(Dataset excerpts)
---+---

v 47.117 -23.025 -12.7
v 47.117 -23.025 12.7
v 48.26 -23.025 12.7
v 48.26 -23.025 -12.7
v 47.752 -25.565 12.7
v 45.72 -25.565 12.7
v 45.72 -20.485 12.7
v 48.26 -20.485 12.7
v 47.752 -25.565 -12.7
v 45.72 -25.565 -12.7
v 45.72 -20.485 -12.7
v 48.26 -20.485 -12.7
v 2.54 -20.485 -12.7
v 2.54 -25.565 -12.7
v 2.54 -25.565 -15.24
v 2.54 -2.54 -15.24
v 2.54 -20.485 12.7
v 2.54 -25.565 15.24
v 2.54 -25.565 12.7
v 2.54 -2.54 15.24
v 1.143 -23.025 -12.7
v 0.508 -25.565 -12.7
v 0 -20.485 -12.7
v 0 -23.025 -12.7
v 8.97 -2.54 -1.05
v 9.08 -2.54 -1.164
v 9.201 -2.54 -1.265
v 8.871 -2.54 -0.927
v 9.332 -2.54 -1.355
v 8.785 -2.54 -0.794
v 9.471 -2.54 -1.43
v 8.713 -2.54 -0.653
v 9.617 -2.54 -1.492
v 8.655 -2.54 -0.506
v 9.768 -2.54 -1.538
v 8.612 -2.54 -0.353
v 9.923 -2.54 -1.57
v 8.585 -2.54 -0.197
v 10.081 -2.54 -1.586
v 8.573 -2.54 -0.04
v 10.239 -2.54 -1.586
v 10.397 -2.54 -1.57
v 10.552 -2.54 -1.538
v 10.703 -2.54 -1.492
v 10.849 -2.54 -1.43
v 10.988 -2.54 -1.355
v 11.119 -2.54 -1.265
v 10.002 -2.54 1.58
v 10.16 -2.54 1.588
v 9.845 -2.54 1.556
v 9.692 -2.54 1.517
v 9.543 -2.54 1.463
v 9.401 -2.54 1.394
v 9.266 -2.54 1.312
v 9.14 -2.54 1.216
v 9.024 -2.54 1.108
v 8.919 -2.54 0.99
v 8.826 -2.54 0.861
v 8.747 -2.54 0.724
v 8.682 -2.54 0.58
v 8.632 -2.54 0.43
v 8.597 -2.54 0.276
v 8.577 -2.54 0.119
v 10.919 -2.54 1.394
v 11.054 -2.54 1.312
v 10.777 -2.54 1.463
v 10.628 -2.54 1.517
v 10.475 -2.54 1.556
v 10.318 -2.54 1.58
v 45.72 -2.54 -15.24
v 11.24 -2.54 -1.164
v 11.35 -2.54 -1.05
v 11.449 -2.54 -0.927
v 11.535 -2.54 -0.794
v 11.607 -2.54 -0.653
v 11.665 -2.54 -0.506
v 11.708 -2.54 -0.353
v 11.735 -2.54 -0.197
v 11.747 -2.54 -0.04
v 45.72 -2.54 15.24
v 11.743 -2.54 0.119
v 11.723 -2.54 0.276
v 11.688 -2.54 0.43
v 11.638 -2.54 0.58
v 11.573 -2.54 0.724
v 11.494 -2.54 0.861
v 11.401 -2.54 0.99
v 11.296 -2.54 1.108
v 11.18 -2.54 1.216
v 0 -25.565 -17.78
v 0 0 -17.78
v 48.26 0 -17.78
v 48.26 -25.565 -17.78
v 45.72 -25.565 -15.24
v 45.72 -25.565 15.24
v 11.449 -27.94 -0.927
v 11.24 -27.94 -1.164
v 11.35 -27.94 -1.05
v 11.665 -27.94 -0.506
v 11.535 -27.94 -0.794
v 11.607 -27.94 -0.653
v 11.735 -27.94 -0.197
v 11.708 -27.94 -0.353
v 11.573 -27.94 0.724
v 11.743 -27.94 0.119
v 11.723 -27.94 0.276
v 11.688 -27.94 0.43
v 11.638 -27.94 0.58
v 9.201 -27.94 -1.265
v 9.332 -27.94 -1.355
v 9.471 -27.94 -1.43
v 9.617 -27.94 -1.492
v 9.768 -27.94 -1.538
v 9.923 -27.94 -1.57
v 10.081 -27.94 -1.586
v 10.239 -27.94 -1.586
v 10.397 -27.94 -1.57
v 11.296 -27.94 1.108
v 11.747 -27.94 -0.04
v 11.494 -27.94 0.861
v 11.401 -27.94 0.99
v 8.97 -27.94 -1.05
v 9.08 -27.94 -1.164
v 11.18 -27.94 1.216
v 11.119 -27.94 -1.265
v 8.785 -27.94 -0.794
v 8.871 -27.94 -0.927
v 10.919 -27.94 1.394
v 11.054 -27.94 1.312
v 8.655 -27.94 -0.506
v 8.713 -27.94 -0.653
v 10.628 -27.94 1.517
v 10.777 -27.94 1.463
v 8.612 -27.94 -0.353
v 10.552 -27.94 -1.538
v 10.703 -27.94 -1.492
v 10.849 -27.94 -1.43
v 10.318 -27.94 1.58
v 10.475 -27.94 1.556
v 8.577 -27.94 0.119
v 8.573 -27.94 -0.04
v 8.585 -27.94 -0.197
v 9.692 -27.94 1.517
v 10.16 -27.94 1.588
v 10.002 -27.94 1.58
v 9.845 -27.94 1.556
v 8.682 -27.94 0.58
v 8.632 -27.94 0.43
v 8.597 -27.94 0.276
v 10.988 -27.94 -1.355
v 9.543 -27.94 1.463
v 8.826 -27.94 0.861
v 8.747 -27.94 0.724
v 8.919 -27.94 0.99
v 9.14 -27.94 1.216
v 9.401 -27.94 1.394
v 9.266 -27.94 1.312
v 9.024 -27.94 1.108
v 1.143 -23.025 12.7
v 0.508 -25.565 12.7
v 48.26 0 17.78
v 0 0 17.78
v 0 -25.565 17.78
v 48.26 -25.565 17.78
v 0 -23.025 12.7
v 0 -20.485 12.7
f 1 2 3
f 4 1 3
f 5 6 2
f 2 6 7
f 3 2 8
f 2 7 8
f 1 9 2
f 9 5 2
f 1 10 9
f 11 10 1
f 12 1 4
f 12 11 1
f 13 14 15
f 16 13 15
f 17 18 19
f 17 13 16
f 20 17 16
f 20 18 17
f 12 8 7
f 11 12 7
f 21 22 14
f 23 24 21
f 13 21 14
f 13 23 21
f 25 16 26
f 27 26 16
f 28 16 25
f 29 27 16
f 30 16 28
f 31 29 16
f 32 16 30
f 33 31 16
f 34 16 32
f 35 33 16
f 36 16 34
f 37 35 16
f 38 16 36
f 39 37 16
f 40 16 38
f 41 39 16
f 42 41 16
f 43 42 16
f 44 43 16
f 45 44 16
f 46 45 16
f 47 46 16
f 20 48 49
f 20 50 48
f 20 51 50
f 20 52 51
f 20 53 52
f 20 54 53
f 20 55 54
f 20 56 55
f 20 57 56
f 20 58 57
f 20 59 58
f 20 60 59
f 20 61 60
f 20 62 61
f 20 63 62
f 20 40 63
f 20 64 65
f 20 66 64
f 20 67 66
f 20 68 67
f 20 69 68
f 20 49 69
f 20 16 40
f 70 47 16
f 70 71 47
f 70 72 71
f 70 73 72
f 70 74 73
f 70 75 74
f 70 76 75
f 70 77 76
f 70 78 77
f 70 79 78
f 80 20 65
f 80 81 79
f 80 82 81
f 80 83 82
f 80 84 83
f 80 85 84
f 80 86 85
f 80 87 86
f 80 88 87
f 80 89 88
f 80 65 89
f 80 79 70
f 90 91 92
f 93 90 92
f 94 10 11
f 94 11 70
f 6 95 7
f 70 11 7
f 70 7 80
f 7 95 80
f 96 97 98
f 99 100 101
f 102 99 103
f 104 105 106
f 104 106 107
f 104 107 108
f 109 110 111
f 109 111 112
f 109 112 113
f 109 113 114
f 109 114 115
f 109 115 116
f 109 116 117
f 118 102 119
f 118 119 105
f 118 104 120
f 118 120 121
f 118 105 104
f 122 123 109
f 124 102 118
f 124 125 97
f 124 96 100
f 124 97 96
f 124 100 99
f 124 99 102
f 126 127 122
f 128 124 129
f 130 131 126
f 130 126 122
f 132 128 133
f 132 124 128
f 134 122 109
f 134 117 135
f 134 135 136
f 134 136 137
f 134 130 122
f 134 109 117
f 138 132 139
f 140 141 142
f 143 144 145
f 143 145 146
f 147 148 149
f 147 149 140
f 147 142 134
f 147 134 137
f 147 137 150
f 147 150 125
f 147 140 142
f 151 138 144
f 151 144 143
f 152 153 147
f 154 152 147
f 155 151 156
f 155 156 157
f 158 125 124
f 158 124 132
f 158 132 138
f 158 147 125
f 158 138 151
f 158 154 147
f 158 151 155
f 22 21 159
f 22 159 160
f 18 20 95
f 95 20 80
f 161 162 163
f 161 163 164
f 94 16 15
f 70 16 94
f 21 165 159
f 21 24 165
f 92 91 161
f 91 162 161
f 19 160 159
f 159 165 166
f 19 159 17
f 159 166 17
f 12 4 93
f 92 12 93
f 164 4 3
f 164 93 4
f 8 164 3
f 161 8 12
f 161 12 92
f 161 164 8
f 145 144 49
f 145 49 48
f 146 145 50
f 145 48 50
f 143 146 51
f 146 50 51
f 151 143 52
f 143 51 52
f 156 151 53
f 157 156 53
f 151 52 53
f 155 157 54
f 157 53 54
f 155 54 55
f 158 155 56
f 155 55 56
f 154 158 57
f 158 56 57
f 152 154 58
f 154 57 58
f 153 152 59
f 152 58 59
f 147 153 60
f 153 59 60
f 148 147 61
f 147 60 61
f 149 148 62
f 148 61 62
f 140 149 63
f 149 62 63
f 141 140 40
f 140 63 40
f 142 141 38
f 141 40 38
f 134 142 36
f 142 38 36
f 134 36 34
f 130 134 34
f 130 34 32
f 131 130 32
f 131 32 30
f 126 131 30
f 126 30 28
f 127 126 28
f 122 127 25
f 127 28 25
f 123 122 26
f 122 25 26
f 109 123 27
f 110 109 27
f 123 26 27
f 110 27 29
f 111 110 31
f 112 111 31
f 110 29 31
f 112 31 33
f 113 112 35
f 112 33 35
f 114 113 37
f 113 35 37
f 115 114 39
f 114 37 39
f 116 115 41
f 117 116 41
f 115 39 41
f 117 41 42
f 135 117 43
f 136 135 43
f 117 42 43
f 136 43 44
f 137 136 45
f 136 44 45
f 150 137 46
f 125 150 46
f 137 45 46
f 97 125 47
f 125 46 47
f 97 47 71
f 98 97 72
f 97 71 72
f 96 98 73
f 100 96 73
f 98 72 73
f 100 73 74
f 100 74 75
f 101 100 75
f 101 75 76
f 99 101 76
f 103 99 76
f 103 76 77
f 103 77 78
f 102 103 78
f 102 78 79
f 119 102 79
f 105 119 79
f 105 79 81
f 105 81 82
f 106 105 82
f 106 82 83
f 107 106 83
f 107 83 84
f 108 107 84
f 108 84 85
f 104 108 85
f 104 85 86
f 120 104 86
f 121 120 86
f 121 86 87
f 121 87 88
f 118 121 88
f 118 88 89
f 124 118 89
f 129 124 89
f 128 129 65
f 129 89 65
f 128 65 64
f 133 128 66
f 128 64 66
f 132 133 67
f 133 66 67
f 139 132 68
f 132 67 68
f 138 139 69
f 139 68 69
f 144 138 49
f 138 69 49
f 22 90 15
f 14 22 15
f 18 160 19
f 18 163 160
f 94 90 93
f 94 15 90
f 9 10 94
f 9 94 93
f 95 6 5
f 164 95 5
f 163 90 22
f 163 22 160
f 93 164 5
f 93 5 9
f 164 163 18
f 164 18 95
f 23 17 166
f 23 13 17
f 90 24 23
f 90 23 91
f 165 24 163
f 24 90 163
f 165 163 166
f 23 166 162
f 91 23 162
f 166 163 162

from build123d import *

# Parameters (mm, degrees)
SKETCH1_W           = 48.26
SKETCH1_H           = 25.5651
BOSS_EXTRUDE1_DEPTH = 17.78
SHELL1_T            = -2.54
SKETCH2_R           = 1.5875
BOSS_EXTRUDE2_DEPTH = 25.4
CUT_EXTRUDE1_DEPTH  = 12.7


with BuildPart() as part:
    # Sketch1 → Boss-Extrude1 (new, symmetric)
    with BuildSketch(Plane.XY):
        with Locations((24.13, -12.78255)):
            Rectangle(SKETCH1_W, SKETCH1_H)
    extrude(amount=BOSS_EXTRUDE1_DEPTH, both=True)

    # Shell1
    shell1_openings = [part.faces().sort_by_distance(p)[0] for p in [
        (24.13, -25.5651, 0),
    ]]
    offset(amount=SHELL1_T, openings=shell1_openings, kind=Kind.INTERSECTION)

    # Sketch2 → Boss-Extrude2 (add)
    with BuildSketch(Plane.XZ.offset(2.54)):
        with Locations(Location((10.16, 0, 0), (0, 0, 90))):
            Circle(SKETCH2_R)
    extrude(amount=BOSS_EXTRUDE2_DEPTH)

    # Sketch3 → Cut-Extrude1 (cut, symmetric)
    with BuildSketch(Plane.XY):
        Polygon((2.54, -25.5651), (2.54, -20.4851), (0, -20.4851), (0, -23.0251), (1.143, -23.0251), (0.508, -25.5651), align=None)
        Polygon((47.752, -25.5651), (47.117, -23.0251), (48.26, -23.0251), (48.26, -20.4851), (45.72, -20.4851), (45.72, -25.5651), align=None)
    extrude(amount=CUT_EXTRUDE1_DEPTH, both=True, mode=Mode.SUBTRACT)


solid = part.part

---+---

» About this exercise:
Return nothing but the lines from the top of the records above through the line that has "v 2.54 -20.485 -12.7". Keep each one exact.

» Your response:
v 47.117 -23.025 -12.7
v 47.117 -23.025 12.7
v 48.26 -23.025 12.7
v 48.26 -23.025 -12.7
v 47.752 -25.565 12.7
v 45.72 -25.565 12.7
v 45.72 -20.485 12.7
v 48.26 -20.485 12.7
v 47.752 -25.565 -12.7
v 45.72 -25.565 -12.7
v 45.72 -20.485 -12.7
v 48.26 -20.485 -12.7
v 2.54 -20.485 -12.7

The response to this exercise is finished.